The tooling has caught up to the theory. Fairlearn (v0.13.0, as of October 2025) provides demographic_parity_difference(), equalized_odds_difference(), and their ratio variants — all scikit-learn compatible (Fairlearn Docs). AI Fairness 360 offers 15 mitigation algorithms covering pre-processing, in-processing, and post-processing interventions; its sklearn-compatible API is the recommended path, though the last release (v0.6.1) dates to April 2024 — verify current development activity before adopting for new projects (AIF360 GitHub).

Neither toolkit resolves the impossibility theorems. They make it easier to measure and mitigate along whichever axis you choose — but the choice itself remains yours.

Rule of thumb: Pick the metric that aligns with the harm you most need to prevent. If wrongful rejection destroys a livelihood, equalize false negative rates. If wrongful acceptance creates risk, equalize false positive rates. If the score feeds directly into downstream decisions, calibrate.

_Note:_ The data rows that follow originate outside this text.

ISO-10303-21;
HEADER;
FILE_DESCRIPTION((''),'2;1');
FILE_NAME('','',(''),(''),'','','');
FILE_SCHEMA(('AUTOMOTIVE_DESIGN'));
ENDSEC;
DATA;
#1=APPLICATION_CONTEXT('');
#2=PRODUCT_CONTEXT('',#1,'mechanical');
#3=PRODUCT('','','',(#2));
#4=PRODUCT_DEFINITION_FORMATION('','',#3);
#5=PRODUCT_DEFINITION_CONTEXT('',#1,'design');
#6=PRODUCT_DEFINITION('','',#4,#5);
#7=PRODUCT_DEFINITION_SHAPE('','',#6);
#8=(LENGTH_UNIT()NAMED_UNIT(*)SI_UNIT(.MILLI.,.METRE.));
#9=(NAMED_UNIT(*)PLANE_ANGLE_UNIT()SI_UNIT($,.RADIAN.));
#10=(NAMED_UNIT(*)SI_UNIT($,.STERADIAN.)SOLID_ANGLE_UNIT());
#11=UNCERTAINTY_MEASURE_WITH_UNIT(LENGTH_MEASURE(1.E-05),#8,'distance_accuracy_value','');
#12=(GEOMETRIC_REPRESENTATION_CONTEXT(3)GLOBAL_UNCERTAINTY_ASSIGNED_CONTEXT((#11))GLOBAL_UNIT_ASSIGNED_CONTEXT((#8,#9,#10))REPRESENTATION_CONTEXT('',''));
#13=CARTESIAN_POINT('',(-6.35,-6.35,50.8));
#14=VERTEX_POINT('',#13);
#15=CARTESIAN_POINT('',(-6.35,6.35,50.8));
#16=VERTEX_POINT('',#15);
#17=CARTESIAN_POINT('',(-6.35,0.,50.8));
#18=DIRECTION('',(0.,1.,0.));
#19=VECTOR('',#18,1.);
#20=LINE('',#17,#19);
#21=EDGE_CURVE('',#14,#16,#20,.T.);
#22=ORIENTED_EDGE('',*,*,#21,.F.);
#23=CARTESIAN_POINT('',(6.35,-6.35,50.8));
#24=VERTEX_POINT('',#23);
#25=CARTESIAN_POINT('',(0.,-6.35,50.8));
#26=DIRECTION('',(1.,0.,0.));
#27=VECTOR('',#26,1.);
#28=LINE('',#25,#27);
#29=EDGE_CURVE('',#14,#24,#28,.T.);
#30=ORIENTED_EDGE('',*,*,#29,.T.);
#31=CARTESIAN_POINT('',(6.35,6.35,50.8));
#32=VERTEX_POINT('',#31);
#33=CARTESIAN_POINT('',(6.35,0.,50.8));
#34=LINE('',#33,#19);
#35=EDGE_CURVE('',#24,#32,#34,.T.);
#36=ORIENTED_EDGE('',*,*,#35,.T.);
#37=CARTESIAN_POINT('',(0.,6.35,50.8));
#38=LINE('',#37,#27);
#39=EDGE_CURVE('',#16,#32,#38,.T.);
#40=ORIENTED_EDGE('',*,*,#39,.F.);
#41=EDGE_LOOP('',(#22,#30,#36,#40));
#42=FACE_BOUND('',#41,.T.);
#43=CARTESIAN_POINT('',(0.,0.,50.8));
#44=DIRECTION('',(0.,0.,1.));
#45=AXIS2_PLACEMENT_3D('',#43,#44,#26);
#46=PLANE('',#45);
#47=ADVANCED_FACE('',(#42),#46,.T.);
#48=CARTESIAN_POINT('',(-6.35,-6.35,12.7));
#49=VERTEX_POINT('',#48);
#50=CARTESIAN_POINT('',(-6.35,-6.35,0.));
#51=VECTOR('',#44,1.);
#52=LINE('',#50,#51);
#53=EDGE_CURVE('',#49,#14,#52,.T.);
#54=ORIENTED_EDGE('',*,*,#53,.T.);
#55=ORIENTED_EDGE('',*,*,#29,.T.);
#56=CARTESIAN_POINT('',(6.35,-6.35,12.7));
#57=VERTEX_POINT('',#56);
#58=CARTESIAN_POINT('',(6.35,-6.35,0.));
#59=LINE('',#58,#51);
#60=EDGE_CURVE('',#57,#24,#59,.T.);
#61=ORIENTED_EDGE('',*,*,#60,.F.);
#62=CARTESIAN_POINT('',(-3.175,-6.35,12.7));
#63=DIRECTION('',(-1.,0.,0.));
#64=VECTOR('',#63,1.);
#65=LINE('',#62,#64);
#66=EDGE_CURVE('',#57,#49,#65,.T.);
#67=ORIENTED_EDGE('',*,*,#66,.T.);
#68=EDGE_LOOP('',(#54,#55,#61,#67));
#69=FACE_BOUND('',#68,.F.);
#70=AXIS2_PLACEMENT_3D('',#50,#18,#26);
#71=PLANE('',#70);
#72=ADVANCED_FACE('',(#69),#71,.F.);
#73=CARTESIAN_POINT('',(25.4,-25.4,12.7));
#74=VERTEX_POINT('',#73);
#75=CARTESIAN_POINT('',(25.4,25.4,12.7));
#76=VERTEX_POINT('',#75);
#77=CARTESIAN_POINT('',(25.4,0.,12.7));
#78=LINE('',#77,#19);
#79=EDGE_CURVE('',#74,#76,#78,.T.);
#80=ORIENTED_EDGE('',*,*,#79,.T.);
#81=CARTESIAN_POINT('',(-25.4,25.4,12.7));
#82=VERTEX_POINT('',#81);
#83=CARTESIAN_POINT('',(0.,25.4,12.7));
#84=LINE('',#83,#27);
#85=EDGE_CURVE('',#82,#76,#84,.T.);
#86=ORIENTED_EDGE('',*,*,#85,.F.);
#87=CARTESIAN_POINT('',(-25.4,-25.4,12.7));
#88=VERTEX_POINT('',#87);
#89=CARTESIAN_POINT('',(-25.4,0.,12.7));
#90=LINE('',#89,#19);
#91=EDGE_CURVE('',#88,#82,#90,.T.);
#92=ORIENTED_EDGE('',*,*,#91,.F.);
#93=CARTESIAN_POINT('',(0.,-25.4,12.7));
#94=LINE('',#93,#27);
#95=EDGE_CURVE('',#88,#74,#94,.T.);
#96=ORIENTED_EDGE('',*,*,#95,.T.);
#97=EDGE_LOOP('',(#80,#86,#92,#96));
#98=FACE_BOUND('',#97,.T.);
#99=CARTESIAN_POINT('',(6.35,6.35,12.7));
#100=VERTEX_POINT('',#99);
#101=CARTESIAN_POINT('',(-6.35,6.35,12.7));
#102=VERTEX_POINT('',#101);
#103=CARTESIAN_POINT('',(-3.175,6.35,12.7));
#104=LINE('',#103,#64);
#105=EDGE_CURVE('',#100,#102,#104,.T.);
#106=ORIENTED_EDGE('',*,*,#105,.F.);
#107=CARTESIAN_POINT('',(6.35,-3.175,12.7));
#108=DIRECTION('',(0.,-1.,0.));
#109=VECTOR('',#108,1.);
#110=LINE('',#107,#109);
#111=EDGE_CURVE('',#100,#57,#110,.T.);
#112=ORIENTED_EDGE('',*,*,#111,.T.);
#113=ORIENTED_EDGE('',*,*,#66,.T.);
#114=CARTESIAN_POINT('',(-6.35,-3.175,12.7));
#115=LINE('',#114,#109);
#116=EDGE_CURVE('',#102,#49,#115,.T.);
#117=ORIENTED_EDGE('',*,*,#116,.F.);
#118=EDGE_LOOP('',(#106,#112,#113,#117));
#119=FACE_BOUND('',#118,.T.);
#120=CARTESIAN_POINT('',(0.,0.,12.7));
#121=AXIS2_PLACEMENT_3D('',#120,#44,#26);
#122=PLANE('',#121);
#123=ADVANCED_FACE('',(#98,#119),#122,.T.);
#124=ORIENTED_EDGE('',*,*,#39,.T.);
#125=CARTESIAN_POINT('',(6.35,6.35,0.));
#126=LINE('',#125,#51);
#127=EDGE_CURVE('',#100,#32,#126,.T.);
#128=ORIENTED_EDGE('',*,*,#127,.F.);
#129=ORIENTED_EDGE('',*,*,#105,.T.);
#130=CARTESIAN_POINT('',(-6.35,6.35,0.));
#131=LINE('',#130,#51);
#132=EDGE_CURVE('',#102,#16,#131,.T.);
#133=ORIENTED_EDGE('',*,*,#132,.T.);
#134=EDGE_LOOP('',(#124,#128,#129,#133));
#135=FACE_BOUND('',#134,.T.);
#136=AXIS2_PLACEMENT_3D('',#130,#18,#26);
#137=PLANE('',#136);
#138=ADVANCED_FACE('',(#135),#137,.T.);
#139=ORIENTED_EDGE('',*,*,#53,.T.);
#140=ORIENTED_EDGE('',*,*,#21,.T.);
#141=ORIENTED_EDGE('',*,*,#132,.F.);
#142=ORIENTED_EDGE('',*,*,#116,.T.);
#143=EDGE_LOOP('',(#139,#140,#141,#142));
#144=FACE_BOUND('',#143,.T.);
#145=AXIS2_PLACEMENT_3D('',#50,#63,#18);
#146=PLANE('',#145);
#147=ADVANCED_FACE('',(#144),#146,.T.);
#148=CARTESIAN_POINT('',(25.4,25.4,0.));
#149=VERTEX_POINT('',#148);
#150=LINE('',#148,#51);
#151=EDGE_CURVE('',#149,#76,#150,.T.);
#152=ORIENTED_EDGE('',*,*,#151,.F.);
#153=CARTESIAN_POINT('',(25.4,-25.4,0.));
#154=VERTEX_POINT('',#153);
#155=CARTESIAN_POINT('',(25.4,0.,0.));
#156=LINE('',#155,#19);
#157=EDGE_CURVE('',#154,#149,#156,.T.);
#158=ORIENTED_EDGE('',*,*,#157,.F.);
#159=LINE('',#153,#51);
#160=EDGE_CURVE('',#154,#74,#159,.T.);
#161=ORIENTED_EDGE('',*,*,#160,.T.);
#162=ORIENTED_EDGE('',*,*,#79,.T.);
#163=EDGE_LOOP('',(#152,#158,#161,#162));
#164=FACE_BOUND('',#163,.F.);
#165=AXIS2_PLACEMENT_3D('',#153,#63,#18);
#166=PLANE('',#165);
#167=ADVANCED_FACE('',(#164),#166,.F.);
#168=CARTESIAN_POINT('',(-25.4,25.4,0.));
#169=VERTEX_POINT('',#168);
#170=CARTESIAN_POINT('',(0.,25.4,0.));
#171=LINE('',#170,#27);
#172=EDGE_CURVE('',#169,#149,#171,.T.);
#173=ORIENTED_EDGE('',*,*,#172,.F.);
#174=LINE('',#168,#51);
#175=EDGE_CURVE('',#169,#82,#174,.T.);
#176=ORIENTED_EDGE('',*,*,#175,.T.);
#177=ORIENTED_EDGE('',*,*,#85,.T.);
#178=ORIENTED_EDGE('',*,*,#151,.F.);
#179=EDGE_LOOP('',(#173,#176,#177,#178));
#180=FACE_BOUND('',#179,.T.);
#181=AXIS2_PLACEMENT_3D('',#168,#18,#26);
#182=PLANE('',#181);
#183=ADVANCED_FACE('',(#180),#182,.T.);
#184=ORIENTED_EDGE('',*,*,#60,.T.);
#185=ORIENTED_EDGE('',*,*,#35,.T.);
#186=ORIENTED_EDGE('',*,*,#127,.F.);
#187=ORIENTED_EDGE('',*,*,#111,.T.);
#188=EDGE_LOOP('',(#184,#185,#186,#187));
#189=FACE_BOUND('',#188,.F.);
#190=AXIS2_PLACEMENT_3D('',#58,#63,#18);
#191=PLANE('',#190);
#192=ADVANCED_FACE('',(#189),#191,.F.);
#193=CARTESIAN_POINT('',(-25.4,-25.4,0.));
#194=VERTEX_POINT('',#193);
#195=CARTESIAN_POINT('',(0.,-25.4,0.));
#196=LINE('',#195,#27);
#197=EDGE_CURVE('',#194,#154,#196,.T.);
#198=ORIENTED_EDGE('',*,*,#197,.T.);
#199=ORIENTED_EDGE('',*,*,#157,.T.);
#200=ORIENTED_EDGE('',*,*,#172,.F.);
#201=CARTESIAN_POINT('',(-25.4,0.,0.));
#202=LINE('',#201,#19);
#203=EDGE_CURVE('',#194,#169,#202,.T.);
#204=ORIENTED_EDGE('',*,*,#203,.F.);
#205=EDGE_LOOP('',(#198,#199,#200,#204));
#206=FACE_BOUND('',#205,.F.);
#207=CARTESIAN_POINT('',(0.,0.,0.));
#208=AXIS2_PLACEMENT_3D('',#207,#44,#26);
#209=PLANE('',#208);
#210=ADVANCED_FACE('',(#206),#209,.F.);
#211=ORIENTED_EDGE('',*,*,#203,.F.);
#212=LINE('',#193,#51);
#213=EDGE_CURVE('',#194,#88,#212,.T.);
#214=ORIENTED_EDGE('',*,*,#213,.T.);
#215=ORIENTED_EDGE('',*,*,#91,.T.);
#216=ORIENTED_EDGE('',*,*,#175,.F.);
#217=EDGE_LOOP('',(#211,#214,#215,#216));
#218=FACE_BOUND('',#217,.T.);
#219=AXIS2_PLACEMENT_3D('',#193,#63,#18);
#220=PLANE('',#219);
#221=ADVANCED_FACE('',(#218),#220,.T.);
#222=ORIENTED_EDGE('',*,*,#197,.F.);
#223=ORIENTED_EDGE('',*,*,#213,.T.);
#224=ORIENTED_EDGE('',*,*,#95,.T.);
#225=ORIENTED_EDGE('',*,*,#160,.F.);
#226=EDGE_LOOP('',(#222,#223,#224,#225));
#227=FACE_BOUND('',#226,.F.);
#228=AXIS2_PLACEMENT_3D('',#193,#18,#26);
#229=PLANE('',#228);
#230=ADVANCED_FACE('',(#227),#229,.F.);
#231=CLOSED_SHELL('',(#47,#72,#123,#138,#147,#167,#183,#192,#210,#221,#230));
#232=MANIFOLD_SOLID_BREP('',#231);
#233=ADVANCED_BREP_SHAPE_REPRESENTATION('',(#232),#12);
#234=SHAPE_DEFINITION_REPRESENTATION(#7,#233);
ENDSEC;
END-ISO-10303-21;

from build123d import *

# Parameters (mm, degrees)
F0_W     = 50.8
F0_H     = 50.8
F1_DEPTH = 12.7
F2_W     = 12.7
F2_H     = 12.7
F3_DEPTH = 50.8


with BuildPart() as f1:
    # F0 (on Top) → F1 (new body)
    with BuildSketch(Plane.XY):
        Rectangle(F0_W, F0_H)
    extrude(amount=F1_DEPTH)

    # F2 (on Top) → F3 (join)
    with BuildSketch(Plane.XY):
        Rectangle(F2_W, F2_H)
    extrude(amount=F3_DEPTH)


solid = f1.part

When it breaks: When base rates differ substantially between groups — common in criminal justice, healthcare, and lending — optimizing one fairness metric actively degrades another. Teams that skip the normative conversation and default to whatever metric the library computes first end up encoding a value judgment they never explicitly made. The impossibility theorems guarantee that no algorithm resolves this on their behalf. Counterfactual Fairness offers an alternative framing — asking whether the prediction would change if the individual belonged to a different group — but it requires causal models that are rarely available in practice.

The Data Says

Fairness metrics are not competing answers to the same question. They are answers to three different questions — about outcomes, about errors, and about meaning — that happen to share a name. The impossibility theorems prove they cannot be unified when base rates diverge. Choosing among them is the first engineering decision in any fairness pipeline, and it is not a decision any algorithm can make. A model that produces a Hallucination about its own fairness — reporting one metric as if it settles the matter — is arguably more dangerous than a model with a known, documented bias.

Aha Moments

MAX

Three definitions of fairness, one deployment. The math says you cannot have all of them — and most teams never decide which one they actually want. That is a specification failure, not an optimization failure. Every system that measures “fairness” without declaring which metric it uses is running an implicit, untested spec. The fix: your fairness requirement document names the metric, states why that metric was chosen over the alternatives, and defines what a passing threshold looks like. If your team cannot fill in those fields before training begins, the model is underspecified. Underspecified systems fail in ways nobody anticipated, because nobody wrote down what success meant. Write the spec. The metric selection is the spec.

DAN

The impossibility theorems are not academic footnotes — they reshape how fairness tooling gets adopted in production. Teams that default to demographic parity because it is the easiest to compute are making a strategic bet they did not intend. The regulatory ground is already shifting: the EU AI Act demands documented bias mitigation for high-risk systems, and employment law in the U.S. has enforced the four-fifths rule for decades. Companies that treat metric selection as a product decision — documented, justified, auditable — will survive regulatory scrutiny. Companies that treat it as a checkbox will not. That is not a compliance opinion. That is a liability forecast.

ALAN

Both of you frame this as solvable — write a better spec, pick a smarter strategy. But the impossibility theorems say something more uncomfortable: every choice of fairness metric protects one group’s interests at the mathematical expense of another’s. This is not a design flaw to be engineered away. It is the structure of the problem. Who decides which trade-off is acceptable? The engineers who built the system? The executives who commissioned it? The communities whose lives the scores sort into categories? When the math guarantees that fairness cannot be universal, every system labeled “fair” embeds a political judgment about whose harm is tolerable — usually made by people who will never bear that harm themselves. How do we build legitimate trust in systems whose fairness guarantees are, by mathematical proof, always partial?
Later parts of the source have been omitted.